EXERCISE PROMPT
All lines of the material below that include the string "Front" are to be copied.

· · · ·

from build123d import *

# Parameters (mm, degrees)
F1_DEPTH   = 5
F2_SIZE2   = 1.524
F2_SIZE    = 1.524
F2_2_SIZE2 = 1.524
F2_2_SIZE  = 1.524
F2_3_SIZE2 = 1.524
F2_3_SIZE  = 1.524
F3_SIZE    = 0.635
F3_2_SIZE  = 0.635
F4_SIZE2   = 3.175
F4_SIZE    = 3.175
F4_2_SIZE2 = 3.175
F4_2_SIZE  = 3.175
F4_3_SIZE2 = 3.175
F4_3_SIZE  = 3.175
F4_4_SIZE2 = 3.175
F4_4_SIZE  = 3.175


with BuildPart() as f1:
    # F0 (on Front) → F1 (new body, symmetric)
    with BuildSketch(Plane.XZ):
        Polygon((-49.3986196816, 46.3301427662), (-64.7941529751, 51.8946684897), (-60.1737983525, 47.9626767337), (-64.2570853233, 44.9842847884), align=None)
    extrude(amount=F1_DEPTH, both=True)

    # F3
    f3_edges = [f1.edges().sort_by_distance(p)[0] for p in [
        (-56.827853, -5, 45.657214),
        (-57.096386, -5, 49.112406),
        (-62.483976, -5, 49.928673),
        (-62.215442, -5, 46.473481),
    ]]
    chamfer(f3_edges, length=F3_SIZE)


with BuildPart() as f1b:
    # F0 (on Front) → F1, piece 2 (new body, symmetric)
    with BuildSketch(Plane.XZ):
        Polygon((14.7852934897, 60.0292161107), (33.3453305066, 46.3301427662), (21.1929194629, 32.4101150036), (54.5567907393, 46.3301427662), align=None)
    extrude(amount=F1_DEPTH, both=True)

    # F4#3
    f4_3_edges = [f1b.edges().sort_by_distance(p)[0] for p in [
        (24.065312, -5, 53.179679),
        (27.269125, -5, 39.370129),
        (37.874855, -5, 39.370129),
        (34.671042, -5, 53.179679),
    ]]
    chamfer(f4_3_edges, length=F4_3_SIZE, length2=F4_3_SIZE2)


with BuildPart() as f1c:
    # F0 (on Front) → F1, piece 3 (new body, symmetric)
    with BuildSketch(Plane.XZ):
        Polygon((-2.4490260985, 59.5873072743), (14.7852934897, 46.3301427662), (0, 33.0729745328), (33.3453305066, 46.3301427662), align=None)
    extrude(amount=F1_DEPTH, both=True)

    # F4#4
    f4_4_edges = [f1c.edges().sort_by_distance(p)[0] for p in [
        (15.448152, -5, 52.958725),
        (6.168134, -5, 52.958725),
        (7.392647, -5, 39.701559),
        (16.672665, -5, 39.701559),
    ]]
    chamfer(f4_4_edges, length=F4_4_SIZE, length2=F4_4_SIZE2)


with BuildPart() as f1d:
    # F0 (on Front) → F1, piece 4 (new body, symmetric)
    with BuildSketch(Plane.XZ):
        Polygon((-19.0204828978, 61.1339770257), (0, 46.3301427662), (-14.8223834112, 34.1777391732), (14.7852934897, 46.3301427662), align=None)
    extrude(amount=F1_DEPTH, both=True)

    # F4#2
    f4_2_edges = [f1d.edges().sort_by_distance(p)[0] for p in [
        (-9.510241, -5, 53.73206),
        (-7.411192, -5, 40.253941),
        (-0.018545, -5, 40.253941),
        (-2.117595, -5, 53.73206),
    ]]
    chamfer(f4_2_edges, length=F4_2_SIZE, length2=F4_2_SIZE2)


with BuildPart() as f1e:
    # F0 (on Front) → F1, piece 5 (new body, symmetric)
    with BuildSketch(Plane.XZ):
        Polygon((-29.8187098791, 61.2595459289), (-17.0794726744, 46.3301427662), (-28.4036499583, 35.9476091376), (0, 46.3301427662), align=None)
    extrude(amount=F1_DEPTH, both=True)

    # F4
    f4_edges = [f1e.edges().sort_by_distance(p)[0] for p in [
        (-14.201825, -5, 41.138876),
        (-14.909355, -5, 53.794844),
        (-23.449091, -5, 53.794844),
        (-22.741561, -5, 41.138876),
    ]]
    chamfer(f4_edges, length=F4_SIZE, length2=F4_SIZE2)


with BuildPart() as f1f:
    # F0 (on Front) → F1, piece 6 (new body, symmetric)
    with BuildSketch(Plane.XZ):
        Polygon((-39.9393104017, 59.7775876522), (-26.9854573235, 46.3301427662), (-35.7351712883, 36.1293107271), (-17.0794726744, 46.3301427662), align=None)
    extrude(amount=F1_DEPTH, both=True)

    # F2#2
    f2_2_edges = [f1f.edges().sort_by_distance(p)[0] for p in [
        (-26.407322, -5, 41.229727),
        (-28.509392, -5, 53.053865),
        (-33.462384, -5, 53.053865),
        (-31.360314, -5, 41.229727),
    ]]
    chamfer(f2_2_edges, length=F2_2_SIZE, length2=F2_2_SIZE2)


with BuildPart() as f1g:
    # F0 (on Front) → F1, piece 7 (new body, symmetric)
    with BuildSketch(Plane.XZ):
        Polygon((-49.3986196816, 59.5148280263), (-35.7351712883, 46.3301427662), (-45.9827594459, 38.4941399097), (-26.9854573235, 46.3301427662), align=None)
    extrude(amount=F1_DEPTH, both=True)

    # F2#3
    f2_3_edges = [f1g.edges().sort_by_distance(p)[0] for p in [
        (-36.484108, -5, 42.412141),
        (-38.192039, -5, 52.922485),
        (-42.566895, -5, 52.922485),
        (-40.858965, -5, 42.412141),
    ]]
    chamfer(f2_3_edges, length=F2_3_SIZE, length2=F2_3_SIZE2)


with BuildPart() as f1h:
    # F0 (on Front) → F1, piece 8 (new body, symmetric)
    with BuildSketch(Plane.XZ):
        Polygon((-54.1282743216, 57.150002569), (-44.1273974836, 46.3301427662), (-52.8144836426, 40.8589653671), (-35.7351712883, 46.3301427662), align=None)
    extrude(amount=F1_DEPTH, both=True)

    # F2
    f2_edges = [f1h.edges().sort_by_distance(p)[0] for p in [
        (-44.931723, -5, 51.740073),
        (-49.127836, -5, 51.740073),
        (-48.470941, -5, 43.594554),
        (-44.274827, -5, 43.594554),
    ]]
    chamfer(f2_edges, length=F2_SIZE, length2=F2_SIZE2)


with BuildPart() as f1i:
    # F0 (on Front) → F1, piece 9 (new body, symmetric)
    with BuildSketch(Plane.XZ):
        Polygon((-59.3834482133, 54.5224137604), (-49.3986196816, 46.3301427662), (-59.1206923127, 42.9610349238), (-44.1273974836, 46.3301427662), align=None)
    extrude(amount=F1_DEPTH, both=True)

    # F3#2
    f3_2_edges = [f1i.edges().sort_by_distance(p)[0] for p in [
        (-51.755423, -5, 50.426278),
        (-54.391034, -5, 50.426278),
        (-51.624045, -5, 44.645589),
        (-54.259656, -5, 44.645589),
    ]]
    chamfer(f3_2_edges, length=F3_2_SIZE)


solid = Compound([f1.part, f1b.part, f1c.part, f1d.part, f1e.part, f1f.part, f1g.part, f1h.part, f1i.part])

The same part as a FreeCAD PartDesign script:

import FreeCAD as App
import Part
import Sketcher
Q = App.Units.Quantity


def edges_at(feature, points):
    """Names of the edges that pass closest to the given points."""
    edges = feature.Shape.Edges
    near = lambda p: min(range(len(edges)), key=lambda i: edges[i].distToShape(Part.Vertex(*p))[0])
    return sorted({f"Edge{near(p) + 1}" for p in points})

doc = App.newDocument("Part")
body = doc.addObject("PartDesign::Body", "Body")

# Sketch on XZ plane
sketch1 = body.newObject("Sketcher::SketchObject", "Sketch")
sketch1.AttachmentSupport = (doc.getObject("XZ_Plane"), [""])
sketch1.MapMode = "FlatFace"
sketch1.addGeometry(Part.LineSegment(App.Vector(-49, 46, 0), App.Vector(-65, 52, 0)), False)
sketch1.addGeometry(Part.LineSegment(App.Vector(-65, 52, 0), App.Vector(-60, 48, 0)), False)
sketch1.addGeometry(Part.LineSegment(App.Vector(-60, 48, 0), App.Vector(-64, 45, 0)), False)
sketch1.addGeometry(Part.LineSegment(App.Vector(-64, 45, 0), App.Vector(-49, 46, 0)), False)
sketch1.addConstraint(Sketcher.Constraint("Coincident", 0, 2, 1, 1))
sketch1.addConstraint(Sketcher.Constraint("Coincident", 1, 2, 2, 1))
sketch1.addConstraint(Sketcher.Constraint("Coincident", 2, 2, 3, 1))
sketch1.addConstraint(Sketcher.Constraint("Coincident", 3, 2, 0, 1))
sketch1.addConstraint(Sketcher.Constraint("DistanceX", 1, 2, -1, 1, 60.173798))
sketch1.addConstraint(Sketcher.Constraint("Distance", 0, 16.37029))
sketch1.addConstraint(Sketcher.Constraint("Distance", 1, 6.066979))
sketch1.addConstraint(Sketcher.Constraint("DistanceY", -1, 1, 0, 2, 51.894668))
sketch1.addConstraint(Sketcher.Constraint("DistanceX", 3, 2, -1, 1, 49.39862))
sketch1.addConstraint(Sketcher.Constraint("DistanceY", 1, 2, 0, 2, 3.931992))
sketch1.addConstraint(Sketcher.Constraint("DistanceY", 2, 2, 1, 2, 2.978392))
sketch1.addConstraint(Sketcher.Constraint("Distance", 2, 5.054112))
pad1 = body.newObject("PartDesign::Pad", "Pad")
pad1.Profile = sketch1
pad1.Length = 10
pad1.Midplane = True
doc.recompute()

chamfer = body.newObject("PartDesign::Chamfer", "Chamfer")
chamfer.Base = (pad1, edges_at(pad1, [
    (-56.828, -5, 45.657),
    (-57.096, -5, 49.112),
    (-62.484, -5, 49.929),
    (-62.215, -5, 46.473),
]))
chamfer.Size = Q("0.025 in")
body2 = doc.addObject("PartDesign::Body", "Body001")

# Sketch on XZ plane
sketch2 = body2.newObject("Sketcher::SketchObject", "Sketch001")
sketch2.AttachmentSupport = (doc.getObject("XZ_Plane001"), [""])
sketch2.MapMode = "FlatFace"
sketch2.addGeometry(Part.LineSegment(App.Vector(15, 60, 0), App.Vector(33, 46, 0)), False)
sketch2.addGeometry(Part.LineSegment(App.Vector(33, 46, 0), App.Vector(21, 32, 0)), False)
sketch2.addGeometry(Part.LineSegment(App.Vector(21, 32, 0), App.Vector(55, 46, 0)), False)
sketch2.addGeometry(Part.LineSegment(App.Vector(55, 46, 0), App.Vector(15, 60, 0)), False)
sketch2.addConstraint(Sketcher.Constraint("Coincident", 0, 2, 1, 1))
sketch2.addConstraint(Sketcher.Constraint("Coincident", 1, 2, 2, 1))
sketch2.addConstraint(Sketcher.Constraint("Coincident", 2, 2, 3, 1))
sketch2.addConstraint(Sketcher.Constraint("Coincident", 3, 2, 0, 1))
sketch2.addConstraint(Sketcher.Constraint("Horizontal", 0, 2, 2, 2))
sketch2.addConstraint(Sketcher.Constraint("DistanceY", 1, 2, 3, 2, 27.619101))
sketch2.addConstraint(Sketcher.Constraint("Distance", 0, 23.068151))
sketch2.addConstraint(Sketcher.Constraint("Distance", 1, 18.478319))
sketch2.addConstraint(Sketcher.Constraint("Distance", 2, 36.15128))
sketch2.addConstraint(Sketcher.Constraint("Distance", 3, 42.064672))
sketch2.addConstraint(Sketcher.Constraint("DistanceX", -1, 1, 0, 2, 33.345331))
sketch2.addConstraint(Sketcher.Constraint("DistanceY", -1, 1, 0, 2, 46.330143))
pad2 = body2.newObject("PartDesign::Pad", "Pad001")
pad2.Profile = sketch2
pad2.Length = 10
pad2.Midplane = True
doc.recompute()

chamfer2 = body2.newObject("PartDesign::Chamfer", "Chamfer001")
chamfer2.Base = (pad2, edges_at(pad2, [
    (24.065, -5, 53.18),
    (27.269, -5, 39.37),
    (37.875, -5, 39.37),
    (34.671, -5, 53.18),
]))
chamfer2.ChamferType = "Two distances"
chamfer2.Size = Q("0.125 in")
chamfer2.Size2 = Q("0.125 in")
body3 = doc.addObject("PartDesign::Body", "Body002")

# Sketch on XZ plane
sketch3 = body3.newObject("Sketcher::SketchObject", "Sketch002")
sketch3.AttachmentSupport = (doc.getObject("XZ_Plane002"), [""])
sketch3.MapMode = "FlatFace"
sketch3.addGeometry(Part.LineSegment(App.Vector(-2, 60, 0), App.Vector(15, 46, 0)), False)
sketch3.addGeometry(Part.LineSegment(App.Vector(15, 46, 0), App.Vector(0, 33, 0)), False)
sketch3.addGeometry(Part.LineSegment(App.Vector(0, 33, 0), App.Vector(33, 46, 0)), False)
sketch3.addGeometry(Part.LineSegment(App.Vector(33, 46, 0), App.Vector(-2, 60, 0)), False)
sketch3.addConstraint(Sketcher.Constraint("Coincident", 0, 2, 1, 1))
sketch3.addConstraint(Sketcher.Constraint("Coincident", 1, 2, 2, 1))
sketch3.addConstraint(Sketcher.Constraint("Coincident", 2, 2, 3, 1))
sketch3.addConstraint(Sketcher.Constraint("Coincident", 3, 2, 0, 1))
sketch3.addConstraint(Sketcher.Constraint("PointOnObject", 1, 2, -2))
sketch3.addConstraint(Sketcher.Constraint("Horizontal", 0, 2, 2, 2))
sketch3.addConstraint(Sketcher.Constraint("Distance", 0, 21.743371))
sketch3.addConstraint(Sketcher.Constraint("Distance", 2, 35.88403))
sketch3.addConstraint(Sketcher.Constraint("DistanceX", -1, 1, 2, 2, 33.345331))
sketch3.addConstraint(Sketcher.Constraint("DistanceX", 3, 2, 0, 2, 17.23432))
sketch3.addConstraint(Sketcher.Constraint("Distance", 1, 19.858434))
sketch3.addConstraint(Sketcher.Constraint("DistanceY", -1, 1, 0, 2, 46.330143))
pad3 = body3.newObject("PartDesign::Pad", "Pad002")
pad3.Profile = sketch3
pad3.Length = 10
pad3.Midplane = True
doc.recompute()

chamfer3 = body3.newObject("PartDesign::Chamfer", "Chamfer002")
chamfer3.Base = (pad3, edges_at(pad3, [
    (15.448, -5, 52.959),
    (6.168, -5, 52.959),
    (7.393, -5, 39.702),
    (16.673, -5, 39.702),
]))
chamfer3.ChamferType = "Two distances"
chamfer3.Size = Q("0.125 in")
chamfer3.Size2 = Q("0.125 in")
body4 = doc.addObject("PartDesign::Body", "Body003")

# Sketch on XZ plane
sketch4 = body4.newObject("Sketcher::SketchObject", "Sketch003")
sketch4.AttachmentSupport = (doc.getObject("XZ_Plane003"), [""])
sketch4.MapMode = "FlatFace"
sketch4.addGeometry(Part.LineSegment(App.Vector(-19.020483, 61.133977, 0), App.Vector(0, 46.330143, 0)), False)
sketch4.addGeometry(Part.LineSegment(App.Vector(0, 46.330143, 0), App.Vector(-14.822383, 34.177739, 0)), False)
sketch4.addGeometry(Part.LineSegment(App.Vector(-14.822383, 34.177739, 0), App.Vector(14.785293, 46.330143, 0)), False)
sketch4.addGeometry(Part.LineSegment(App.Vector(14.785293, 46.330143, 0), App.Vector(-19.020483, 61.133977, 0)), False)
sketch4.addConstraint(Sketcher.Constraint("Coincident", 0, 2, 1, 1))
sketch4.addConstraint(Sketcher.Constraint("Coincident", 1, 2, 2, 1))
sketch4.addConstraint(Sketcher.Constraint("Coincident", 2, 2, 3, 1))
sketch4.addConstraint(Sketcher.Constraint("Coincident", 3, 2, 0, 1))
sketch4.addConstraint(Sketcher.Constraint("PointOnObject", 0, 2, -2))
sketch4.addConstraint(Sketcher.Constraint("DistanceX", 3, 2, 1, 2, 4.198099))
sketch4.addConstraint(Sketcher.Constraint("DistanceY", -1, 1, 1, 2, 34.177739))
sketch4.addConstraint(Sketcher.Constraint("Distance", 0, 24.102537))
sketch4.addConstraint(Sketcher.Constraint("Distance", 1, 19.167263))
sketch4.addConstraint(Sketcher.Constraint("Distance", 2, 32.004616))
sketch4.addConstraint(Sketcher.Constraint("Distance", 3, 36.905068))
sketch4.addConstraint(Sketcher.Constraint("DistanceY", -1, 1, 0, 2, 46.330143))
pad4 = body4.newObject("PartDesign::Pad", "Pad003")
pad4.Profile = sketch4
pad4.Length = 10
pad4.Midplane = True
doc.recompute()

· · · ·

RESPONSE BELOW
    # F0 (on Front) → F1 (new body, symmetric)
    # F0 (on Front) → F1, piece 2 (new body, symmetric)
    # F0 (on Front) → F1, piece 3 (new body, symmetric)
    # F0 (on Front) → F1, piece 4 (new body, symmetric)
    # F0 (on Front) → F1, piece 5 (new body, symmetric)
    # F0 (on Front) → F1, piece 6 (new body, symmetric)
    # F0 (on Front) → F1, piece 7 (new body, symmetric)
    # F0 (on Front) → F1, piece 8 (new body, symmetric)
    # F0 (on Front) → F1, piece 9 (new body, symmetric)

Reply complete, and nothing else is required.